Jessie’s fingertips turn to a soft palm over my heart, and her lips turn down as she presses them together.

“A police call?” she asks, and I nod.

“Yep. An accident. I was just around the corner. If I had been there, caught up to him five minutes sooner maybe things would be different. He hit a tree. The fire department had his door open when I got there. He was still buckled in his seat belt. I pushed everyone out of the way, took out a knife and started to cut…” My throat closes up, and I look over her head and out the window at the sun lowering, remembering just how it looked that day. “Just as I cut through the belt, the leaking gas ignited. I pulled him out, but the flames caught my shirt and burned my neck. I couldn’t save him. No one knows for sure, but there was no sign of him trying to break before he hit the tree. He was twenty.”

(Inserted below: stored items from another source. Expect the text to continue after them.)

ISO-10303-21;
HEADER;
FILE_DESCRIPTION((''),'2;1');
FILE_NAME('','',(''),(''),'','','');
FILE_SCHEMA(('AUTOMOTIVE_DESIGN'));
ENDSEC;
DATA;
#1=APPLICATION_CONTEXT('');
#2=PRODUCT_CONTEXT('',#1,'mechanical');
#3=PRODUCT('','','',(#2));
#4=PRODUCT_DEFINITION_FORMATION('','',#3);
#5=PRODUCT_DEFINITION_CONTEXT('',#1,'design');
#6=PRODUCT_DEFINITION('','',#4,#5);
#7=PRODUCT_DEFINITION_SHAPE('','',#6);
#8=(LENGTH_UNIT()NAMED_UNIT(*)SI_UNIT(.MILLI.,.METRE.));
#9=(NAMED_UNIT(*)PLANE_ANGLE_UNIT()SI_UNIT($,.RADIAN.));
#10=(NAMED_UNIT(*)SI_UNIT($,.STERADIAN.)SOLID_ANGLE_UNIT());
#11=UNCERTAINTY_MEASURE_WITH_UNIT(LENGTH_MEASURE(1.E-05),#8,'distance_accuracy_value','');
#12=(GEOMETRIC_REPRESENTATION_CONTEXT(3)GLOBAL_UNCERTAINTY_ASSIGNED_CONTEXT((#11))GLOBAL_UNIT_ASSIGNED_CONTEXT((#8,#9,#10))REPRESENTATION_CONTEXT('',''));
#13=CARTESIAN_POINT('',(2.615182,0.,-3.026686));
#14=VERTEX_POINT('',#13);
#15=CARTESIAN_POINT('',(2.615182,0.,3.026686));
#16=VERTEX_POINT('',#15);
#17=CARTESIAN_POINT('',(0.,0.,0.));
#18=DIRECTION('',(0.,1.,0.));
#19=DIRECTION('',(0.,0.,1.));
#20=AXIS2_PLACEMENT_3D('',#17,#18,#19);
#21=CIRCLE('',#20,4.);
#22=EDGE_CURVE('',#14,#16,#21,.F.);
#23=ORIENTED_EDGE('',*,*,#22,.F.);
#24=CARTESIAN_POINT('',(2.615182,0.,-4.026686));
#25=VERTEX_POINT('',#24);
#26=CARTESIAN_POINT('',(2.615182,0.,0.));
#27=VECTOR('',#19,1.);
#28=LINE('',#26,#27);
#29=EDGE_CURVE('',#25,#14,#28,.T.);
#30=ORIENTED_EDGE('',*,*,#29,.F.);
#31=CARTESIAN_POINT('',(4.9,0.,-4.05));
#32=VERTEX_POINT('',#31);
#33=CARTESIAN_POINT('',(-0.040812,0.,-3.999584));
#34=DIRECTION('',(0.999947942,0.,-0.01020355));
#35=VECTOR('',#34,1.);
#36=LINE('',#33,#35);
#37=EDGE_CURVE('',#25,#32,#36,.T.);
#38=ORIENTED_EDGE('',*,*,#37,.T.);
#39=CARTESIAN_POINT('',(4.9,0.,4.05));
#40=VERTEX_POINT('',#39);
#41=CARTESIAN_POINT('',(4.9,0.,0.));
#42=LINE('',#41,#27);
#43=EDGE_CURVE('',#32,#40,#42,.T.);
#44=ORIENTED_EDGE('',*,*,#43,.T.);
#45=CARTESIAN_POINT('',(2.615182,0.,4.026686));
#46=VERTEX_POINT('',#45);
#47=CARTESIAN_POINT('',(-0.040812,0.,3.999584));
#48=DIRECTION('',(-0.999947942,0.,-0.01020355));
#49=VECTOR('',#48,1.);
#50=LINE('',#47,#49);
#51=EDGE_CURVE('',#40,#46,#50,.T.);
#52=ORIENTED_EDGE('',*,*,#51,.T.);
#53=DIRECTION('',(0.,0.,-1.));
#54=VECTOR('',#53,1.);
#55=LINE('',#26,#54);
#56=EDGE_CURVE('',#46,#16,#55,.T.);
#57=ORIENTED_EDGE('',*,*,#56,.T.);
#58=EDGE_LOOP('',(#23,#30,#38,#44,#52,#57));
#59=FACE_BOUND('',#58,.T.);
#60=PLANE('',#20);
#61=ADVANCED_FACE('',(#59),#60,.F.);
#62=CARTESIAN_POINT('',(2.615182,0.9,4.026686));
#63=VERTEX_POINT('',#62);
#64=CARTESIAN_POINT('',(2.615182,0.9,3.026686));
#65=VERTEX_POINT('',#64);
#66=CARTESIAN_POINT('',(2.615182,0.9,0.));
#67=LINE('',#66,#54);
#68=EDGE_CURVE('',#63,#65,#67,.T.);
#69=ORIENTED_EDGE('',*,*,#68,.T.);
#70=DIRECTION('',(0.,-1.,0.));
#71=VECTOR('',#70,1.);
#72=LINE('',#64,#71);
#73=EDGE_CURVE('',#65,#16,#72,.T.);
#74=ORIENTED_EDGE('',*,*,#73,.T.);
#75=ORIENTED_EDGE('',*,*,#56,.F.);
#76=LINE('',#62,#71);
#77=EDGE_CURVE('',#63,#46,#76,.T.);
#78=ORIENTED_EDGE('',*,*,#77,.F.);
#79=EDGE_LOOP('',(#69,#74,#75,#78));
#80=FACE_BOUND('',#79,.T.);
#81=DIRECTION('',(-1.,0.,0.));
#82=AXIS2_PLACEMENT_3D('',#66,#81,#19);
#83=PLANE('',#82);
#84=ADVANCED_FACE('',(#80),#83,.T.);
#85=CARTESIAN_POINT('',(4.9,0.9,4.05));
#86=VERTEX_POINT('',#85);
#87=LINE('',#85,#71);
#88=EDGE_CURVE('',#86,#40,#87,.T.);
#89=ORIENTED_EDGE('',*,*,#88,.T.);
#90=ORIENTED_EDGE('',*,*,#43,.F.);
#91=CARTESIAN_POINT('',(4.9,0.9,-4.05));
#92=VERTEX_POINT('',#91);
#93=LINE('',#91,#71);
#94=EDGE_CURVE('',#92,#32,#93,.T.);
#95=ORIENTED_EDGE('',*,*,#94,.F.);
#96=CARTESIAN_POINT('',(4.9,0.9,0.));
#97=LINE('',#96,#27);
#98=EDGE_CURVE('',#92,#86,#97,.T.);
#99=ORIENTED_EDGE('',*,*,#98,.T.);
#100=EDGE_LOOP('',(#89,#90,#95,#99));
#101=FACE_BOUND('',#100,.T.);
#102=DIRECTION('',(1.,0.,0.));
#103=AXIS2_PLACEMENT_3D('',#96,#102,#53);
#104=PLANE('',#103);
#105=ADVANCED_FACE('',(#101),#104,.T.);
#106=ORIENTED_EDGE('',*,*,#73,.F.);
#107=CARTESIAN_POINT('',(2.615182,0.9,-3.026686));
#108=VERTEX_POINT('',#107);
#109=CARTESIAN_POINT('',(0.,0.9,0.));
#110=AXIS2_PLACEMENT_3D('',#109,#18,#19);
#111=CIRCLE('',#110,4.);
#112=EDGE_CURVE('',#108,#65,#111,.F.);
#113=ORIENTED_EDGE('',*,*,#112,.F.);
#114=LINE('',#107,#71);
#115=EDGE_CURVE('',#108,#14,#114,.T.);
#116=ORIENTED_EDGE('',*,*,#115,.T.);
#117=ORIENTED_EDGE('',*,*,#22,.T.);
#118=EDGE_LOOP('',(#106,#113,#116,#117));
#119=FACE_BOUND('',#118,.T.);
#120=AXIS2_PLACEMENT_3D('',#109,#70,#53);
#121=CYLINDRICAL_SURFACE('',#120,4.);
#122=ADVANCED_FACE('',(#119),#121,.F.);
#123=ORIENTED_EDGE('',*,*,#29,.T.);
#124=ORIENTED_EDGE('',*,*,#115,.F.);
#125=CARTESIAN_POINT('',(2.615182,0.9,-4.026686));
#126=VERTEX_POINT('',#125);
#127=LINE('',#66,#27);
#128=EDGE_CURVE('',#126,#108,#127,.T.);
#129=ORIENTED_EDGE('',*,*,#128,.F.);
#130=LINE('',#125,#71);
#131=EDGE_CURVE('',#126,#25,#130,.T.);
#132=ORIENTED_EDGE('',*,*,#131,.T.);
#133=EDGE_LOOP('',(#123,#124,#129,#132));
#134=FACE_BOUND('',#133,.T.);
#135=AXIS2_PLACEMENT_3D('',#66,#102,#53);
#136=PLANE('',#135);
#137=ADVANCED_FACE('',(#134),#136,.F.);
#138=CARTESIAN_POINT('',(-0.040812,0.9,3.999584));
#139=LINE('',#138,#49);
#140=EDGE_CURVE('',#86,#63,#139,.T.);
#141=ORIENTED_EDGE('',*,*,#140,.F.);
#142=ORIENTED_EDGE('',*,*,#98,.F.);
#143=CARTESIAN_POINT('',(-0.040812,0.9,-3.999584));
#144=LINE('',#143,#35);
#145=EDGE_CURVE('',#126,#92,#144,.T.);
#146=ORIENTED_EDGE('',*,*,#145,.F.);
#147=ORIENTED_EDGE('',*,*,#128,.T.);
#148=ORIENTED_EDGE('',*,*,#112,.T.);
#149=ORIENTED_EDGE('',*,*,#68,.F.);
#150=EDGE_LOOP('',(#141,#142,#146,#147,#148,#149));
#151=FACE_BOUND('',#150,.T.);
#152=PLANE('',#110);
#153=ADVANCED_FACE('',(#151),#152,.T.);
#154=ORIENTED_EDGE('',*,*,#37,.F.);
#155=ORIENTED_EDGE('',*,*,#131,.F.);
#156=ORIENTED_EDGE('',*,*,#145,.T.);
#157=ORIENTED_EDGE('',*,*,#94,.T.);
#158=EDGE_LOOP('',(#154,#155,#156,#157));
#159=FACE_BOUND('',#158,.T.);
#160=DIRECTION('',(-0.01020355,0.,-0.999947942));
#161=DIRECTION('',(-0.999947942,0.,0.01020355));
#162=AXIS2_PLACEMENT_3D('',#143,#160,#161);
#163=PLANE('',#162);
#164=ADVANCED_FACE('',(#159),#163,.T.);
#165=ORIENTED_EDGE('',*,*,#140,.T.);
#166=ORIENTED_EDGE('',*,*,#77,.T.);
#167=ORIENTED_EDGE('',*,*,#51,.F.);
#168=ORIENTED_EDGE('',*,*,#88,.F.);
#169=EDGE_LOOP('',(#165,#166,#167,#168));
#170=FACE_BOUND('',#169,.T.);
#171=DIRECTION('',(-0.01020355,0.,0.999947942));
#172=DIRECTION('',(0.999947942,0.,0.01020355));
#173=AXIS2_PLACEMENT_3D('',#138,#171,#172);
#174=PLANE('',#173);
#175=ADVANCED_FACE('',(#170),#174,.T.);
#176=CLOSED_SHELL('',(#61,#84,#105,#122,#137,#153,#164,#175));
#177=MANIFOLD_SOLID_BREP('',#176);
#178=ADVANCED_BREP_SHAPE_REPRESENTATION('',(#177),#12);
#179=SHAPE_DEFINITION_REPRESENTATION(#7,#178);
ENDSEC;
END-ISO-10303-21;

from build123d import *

# Parameters (mm, degrees)
BOSS_EXTRUDE1_DEPTH = 0.9


with BuildPart() as part:
    # Sketch1 → Boss-Extrude1 (new body)
    with BuildSketch(Plane(origin=(0, 0, 0), x_dir=(1, 0, 0), z_dir=(0, 1, 0))):
        with BuildLine():
            Line((4.9, 4.05), (2.615181585, 4.026685526))
            Line((2.615181585, 4.026685526), (2.615181585, 3.026685526))
            ThreePointArc((2.615181585, 3.026685526), (4, 0), (2.615181585, -3.026685526))
            Line((2.615181585, -3.026685526), (2.615181585, -4.026685526))
            Line((2.615181585, -4.026685526), (4.9, -4.05))
            Line((4.9, -4.05), (4.9, 4.05))
        make_face()
    extrude(amount=BOSS_EXTRUDE1_DEPTH)


solid = part.part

“God, I’m so sorry.” She licks her lips and takes a long breath searching my eyes.

I know the story hits home for her. She’s told me in the past she’s struggled with some of her own mental illness and I accept it as much as I would someone with diabetes or any other problem. I make sure she takes her meds every day and there’s no stigma for me. Concern, for sure.

Maybe that’s why I’ve held off telling her about Jeff. I didn’t want her to feel the extra burden of my own experience, but in the end, if we are in this together, she has a right to know my past as well.

“Me too. My parents never really got over it. They passed away not too long after. First my Dad from a stroke. Then my mom from lymphoma.”